───── DATA TO PROCESS
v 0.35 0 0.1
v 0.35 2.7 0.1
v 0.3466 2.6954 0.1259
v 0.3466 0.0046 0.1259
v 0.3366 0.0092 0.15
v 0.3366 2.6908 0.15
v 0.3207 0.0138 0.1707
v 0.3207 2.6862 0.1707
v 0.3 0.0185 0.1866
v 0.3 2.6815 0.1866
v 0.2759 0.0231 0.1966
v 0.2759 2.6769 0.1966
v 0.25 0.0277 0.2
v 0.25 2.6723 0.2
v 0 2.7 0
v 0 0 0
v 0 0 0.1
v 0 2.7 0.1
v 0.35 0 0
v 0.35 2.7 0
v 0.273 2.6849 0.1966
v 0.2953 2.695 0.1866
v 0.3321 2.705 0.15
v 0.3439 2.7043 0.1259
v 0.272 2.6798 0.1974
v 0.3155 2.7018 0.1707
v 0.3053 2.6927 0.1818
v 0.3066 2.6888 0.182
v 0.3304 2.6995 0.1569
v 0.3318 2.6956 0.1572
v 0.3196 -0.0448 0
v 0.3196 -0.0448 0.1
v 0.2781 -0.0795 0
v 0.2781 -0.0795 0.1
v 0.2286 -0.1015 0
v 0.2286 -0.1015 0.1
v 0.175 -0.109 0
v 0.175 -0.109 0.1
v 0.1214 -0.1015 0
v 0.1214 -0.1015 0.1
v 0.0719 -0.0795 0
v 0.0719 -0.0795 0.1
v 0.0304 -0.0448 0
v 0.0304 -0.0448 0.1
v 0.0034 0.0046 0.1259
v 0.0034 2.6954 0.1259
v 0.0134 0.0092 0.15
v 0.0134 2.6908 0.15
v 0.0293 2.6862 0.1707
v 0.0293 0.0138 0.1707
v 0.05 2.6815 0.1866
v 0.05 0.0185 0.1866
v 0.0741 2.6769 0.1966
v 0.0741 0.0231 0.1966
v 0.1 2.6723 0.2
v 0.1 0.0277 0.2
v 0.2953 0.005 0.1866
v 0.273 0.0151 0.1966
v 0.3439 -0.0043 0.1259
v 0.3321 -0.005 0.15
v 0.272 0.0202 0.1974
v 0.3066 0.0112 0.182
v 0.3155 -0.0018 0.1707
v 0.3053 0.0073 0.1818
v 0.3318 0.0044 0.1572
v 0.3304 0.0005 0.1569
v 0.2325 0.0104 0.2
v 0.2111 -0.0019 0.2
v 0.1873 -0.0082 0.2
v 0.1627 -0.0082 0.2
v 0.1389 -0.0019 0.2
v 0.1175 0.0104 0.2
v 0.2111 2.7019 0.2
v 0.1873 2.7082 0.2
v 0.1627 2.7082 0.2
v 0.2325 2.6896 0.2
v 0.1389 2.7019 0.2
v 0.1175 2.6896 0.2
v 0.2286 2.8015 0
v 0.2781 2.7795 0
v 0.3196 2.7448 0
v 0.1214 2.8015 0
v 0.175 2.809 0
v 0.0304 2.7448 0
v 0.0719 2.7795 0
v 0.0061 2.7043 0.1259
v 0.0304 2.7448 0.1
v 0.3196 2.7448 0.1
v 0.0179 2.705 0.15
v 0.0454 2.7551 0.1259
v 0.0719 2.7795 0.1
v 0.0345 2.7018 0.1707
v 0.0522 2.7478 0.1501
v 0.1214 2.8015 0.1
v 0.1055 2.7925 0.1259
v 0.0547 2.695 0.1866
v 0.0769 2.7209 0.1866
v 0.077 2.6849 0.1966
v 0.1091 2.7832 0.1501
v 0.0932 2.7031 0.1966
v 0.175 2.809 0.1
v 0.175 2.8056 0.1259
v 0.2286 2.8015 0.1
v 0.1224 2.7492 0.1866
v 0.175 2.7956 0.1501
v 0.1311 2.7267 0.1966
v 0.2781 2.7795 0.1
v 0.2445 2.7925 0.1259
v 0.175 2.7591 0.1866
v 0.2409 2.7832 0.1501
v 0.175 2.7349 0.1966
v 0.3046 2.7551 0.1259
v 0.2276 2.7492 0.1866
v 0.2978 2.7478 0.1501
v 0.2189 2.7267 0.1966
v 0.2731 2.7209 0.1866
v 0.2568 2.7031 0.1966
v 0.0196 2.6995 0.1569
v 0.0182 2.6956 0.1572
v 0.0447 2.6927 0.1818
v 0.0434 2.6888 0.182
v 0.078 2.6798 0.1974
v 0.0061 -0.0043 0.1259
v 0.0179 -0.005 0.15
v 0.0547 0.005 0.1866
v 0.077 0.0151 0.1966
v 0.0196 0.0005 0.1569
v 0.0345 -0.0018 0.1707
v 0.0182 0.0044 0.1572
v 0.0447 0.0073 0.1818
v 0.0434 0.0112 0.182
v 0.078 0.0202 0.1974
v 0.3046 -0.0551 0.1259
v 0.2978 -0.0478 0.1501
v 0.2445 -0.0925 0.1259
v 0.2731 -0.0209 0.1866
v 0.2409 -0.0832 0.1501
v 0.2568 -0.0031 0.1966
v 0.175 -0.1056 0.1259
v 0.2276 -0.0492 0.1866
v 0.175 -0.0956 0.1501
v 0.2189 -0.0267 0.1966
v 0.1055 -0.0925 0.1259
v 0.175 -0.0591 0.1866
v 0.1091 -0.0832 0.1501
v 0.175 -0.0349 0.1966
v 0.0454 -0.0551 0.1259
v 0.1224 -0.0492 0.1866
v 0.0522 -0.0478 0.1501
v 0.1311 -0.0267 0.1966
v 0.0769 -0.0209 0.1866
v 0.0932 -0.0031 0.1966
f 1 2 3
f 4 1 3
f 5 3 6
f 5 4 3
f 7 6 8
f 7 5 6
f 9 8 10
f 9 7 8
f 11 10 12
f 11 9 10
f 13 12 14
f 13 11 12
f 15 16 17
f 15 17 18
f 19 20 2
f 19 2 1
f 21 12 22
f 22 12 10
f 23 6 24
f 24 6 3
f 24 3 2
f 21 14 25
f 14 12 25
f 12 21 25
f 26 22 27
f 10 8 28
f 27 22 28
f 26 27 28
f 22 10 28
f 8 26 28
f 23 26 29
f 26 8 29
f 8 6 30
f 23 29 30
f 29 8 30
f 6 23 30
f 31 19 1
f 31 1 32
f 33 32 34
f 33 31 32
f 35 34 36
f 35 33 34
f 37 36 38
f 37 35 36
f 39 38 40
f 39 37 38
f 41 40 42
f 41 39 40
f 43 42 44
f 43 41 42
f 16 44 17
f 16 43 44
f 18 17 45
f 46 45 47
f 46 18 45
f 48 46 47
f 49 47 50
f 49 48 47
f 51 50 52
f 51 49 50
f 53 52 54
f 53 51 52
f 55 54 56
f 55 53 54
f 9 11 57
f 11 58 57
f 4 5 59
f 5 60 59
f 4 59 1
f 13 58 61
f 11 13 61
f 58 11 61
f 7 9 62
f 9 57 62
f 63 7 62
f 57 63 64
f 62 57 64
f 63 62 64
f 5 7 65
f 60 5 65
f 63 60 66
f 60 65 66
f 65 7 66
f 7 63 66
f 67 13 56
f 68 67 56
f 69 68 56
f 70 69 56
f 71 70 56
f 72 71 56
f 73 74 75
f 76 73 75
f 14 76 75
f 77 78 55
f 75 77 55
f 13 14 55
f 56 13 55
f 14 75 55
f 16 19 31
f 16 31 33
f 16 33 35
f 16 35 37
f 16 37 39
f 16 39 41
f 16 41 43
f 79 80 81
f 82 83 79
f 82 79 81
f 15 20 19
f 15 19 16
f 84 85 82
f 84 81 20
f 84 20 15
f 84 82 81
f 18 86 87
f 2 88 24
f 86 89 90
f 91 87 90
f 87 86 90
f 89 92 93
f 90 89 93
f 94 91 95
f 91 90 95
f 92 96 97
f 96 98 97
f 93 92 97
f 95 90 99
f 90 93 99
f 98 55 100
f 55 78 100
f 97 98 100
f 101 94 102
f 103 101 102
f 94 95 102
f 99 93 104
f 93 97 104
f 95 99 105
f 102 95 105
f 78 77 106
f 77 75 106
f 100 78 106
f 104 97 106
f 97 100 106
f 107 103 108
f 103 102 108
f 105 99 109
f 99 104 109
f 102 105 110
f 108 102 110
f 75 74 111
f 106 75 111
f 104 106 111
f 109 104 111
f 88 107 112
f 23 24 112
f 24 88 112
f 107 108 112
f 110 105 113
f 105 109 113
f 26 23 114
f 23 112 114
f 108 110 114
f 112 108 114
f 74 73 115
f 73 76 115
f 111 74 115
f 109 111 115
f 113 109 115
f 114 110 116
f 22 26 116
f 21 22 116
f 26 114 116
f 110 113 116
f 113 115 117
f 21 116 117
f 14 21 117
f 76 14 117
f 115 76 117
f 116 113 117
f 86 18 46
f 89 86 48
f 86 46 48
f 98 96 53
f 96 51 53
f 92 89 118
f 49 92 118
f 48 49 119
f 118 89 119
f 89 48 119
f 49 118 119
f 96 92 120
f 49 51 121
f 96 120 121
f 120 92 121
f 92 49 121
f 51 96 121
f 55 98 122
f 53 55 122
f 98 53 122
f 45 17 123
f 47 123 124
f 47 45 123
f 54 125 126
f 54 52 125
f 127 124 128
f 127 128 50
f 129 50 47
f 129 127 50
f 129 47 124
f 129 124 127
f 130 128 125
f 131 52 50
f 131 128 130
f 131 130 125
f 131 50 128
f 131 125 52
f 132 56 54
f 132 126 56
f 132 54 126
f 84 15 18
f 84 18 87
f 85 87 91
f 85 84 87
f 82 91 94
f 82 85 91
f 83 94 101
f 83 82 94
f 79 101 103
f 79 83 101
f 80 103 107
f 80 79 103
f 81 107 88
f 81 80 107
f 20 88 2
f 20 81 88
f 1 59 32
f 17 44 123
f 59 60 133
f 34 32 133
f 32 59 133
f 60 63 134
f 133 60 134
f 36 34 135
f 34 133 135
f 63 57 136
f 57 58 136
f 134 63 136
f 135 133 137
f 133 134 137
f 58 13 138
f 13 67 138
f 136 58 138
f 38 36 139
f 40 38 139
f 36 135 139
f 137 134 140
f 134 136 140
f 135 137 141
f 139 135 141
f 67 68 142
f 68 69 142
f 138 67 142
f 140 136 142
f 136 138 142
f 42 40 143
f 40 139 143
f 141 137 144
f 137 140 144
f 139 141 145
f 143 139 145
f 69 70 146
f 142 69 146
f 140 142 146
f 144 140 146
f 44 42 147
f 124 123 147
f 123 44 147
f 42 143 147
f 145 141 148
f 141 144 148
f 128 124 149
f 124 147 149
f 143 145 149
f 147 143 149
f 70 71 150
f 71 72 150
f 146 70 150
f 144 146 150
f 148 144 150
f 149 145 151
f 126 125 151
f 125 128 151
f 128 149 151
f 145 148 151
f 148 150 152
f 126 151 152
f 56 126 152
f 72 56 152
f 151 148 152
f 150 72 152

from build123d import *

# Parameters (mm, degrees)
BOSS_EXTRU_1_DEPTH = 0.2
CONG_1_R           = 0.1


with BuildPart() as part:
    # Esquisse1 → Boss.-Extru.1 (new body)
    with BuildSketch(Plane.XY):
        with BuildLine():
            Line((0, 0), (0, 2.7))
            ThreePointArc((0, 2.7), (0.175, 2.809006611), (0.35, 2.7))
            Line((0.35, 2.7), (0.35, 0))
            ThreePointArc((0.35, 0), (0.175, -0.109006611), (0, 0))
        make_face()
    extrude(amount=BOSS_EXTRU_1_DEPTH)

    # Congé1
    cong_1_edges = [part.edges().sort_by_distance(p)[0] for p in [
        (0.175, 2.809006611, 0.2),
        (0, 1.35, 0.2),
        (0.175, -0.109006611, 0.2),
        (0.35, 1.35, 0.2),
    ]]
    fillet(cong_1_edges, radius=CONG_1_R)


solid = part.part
──────────
───── DATA TO PROCESS
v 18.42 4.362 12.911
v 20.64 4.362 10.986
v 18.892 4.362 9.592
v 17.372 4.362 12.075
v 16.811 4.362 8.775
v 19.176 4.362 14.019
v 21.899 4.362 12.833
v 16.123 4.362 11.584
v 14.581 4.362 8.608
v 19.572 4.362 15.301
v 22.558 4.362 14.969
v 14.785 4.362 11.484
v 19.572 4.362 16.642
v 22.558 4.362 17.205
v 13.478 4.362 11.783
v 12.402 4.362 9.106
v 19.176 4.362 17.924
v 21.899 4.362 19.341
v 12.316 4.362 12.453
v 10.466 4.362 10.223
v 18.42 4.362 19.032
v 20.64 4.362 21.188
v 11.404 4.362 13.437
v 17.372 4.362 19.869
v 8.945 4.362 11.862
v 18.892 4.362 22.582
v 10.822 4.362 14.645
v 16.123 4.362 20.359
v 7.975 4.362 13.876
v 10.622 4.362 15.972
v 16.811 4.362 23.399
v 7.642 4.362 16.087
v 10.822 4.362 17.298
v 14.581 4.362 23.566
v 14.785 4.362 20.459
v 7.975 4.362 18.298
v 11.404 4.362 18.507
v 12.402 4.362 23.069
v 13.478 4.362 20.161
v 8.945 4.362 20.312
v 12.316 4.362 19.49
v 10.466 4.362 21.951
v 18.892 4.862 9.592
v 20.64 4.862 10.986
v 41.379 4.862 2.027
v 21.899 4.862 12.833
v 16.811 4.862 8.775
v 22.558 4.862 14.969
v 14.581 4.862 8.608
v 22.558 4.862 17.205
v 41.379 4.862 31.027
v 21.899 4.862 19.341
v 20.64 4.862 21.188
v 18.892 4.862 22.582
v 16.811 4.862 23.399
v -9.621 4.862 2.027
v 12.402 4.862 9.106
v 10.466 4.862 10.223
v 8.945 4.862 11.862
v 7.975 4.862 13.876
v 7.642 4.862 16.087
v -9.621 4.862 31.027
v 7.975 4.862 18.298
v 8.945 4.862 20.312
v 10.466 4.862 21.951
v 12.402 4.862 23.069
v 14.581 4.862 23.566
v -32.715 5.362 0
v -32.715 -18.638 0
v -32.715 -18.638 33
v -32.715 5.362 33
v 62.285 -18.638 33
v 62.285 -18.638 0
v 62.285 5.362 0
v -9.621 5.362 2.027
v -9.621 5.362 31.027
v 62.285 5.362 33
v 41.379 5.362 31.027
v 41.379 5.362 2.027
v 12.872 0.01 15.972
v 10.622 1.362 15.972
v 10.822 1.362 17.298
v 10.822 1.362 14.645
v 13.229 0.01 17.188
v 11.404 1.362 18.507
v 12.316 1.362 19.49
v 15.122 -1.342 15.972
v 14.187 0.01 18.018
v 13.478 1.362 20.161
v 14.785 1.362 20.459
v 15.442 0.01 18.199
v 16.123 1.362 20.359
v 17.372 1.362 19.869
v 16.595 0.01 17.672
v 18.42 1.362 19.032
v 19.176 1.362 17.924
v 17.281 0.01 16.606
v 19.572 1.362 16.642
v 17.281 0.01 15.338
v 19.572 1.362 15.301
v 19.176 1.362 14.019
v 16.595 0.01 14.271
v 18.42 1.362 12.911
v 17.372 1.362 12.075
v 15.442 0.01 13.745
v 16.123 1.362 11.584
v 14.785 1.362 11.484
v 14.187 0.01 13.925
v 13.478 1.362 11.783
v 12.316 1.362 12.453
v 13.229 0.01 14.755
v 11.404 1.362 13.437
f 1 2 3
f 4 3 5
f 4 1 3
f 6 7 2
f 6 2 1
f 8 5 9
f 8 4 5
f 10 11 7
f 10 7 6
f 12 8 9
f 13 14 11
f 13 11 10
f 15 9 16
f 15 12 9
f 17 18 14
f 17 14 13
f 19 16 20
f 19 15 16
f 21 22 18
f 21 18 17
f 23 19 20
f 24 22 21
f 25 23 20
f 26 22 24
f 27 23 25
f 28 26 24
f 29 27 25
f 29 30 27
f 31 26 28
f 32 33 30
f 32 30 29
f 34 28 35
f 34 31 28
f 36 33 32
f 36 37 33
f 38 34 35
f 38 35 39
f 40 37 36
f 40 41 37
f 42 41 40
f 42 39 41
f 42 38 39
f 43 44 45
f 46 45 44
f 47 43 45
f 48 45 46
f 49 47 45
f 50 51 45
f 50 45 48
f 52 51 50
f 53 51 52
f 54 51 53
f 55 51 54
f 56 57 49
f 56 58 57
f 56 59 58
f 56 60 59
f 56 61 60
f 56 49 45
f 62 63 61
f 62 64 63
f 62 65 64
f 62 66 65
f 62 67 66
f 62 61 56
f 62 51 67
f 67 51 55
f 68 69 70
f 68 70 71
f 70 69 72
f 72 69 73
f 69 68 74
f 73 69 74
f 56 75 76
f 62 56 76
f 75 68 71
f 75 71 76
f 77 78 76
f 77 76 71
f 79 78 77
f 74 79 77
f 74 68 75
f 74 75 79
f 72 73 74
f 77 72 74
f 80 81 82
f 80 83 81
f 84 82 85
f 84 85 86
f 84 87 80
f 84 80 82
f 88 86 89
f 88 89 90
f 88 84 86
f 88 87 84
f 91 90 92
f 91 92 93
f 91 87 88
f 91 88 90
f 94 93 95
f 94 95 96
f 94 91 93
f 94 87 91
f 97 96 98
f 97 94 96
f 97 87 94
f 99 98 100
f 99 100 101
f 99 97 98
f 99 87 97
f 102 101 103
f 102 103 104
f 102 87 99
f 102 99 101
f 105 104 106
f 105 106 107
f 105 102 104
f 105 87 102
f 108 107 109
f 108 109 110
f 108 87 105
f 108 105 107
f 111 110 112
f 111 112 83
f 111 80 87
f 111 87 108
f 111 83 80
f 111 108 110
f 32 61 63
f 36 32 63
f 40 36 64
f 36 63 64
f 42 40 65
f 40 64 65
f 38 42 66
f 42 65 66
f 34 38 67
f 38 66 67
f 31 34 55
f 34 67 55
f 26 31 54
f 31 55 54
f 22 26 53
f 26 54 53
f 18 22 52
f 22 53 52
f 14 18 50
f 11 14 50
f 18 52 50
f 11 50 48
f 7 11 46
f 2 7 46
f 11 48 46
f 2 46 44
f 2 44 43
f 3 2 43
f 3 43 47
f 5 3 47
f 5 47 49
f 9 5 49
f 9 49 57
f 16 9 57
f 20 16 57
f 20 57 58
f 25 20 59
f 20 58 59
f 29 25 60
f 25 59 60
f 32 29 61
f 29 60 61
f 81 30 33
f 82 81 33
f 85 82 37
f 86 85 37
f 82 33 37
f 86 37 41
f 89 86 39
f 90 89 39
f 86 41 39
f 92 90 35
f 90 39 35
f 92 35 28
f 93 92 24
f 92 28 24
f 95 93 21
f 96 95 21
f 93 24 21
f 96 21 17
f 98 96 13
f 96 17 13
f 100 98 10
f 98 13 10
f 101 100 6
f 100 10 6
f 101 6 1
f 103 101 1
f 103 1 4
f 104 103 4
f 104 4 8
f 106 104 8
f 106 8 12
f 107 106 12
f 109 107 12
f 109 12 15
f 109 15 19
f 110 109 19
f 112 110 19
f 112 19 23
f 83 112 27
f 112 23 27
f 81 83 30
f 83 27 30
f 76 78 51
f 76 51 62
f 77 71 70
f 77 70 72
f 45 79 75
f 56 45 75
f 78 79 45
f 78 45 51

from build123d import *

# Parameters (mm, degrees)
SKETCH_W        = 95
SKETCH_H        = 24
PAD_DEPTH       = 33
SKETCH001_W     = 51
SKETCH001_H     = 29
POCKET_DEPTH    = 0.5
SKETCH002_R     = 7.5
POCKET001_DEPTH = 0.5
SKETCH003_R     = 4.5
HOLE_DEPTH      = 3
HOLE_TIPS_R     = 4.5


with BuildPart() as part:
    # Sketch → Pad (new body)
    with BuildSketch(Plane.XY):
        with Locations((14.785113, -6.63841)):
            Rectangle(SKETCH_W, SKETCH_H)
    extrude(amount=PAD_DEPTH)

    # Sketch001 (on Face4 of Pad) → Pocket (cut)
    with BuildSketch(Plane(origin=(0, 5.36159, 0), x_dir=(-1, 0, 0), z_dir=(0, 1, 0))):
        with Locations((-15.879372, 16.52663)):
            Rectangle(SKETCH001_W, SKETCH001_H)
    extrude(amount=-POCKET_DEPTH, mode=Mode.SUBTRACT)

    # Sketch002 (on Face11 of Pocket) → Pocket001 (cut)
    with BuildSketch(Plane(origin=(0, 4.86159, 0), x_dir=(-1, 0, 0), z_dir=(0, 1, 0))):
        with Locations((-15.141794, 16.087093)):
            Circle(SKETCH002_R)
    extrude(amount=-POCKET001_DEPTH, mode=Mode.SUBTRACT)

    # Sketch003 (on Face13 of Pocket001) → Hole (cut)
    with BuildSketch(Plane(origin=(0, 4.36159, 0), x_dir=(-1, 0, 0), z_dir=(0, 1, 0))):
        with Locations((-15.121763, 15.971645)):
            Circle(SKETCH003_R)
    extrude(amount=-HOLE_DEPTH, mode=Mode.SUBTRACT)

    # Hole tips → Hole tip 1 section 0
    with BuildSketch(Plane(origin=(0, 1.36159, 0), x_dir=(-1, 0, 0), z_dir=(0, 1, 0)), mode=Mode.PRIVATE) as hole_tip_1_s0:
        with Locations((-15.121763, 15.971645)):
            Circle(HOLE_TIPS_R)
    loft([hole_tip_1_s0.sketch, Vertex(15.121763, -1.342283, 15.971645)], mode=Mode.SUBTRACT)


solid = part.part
──────────
#### TASK TO CARRY OUT:
Taking the entries above, write out exactly the lines starting with the line containing "f 53 55 122" and going on through the line containing "f 71 72 150", both included, and nothing else.

#### COMPLETED EXERCISE:
f 53 55 122
f 98 53 122
f 45 17 123
f 47 123 124
f 47 45 123
f 54 125 126
f 54 52 125
f 127 124 128
f 127 128 50
f 129 50 47
f 129 127 50
f 129 47 124
f 129 124 127
f 130 128 125
f 131 52 50
f 131 128 130
f 131 130 125
f 131 50 128
f 131 125 52
f 132 56 54
f 132 126 56
f 132 54 126
f 84 15 18
f 84 18 87
f 85 87 91
f 85 84 87
f 82 91 94
f 82 85 91
f 83 94 101
f 83 82 94
f 79 101 103
f 79 83 101
f 80 103 107
f 80 79 103
f 81 107 88
f 81 80 107
f 20 88 2
f 20 81 88
f 1 59 32
f 17 44 123
f 59 60 133
f 34 32 133
f 32 59 133
f 60 63 134
f 133 60 134
f 36 34 135
f 34 133 135
f 63 57 136
f 57 58 136
f 134 63 136
f 135 133 137
f 133 134 137
f 58 13 138
f 13 67 138
f 136 58 138
f 38 36 139
f 40 38 139
f 36 135 139
f 137 134 140
f 134 136 140
f 135 137 141
f 139 135 141
f 67 68 142
f 68 69 142
f 138 67 142
f 140 136 142
f 136 138 142
f 42 40 143
f 40 139 143
f 141 137 144
f 137 140 144
f 139 141 145
f 143 139 145
f 69 70 146
f 142 69 146
f 140 142 146
f 144 140 146
f 44 42 147
f 124 123 147
f 123 44 147
f 42 143 147
f 145 141 148
f 141 144 148
f 128 124 149
f 124 147 149
f 143 145 149
f 147 143 149
f 70 71 150
f 71 72 150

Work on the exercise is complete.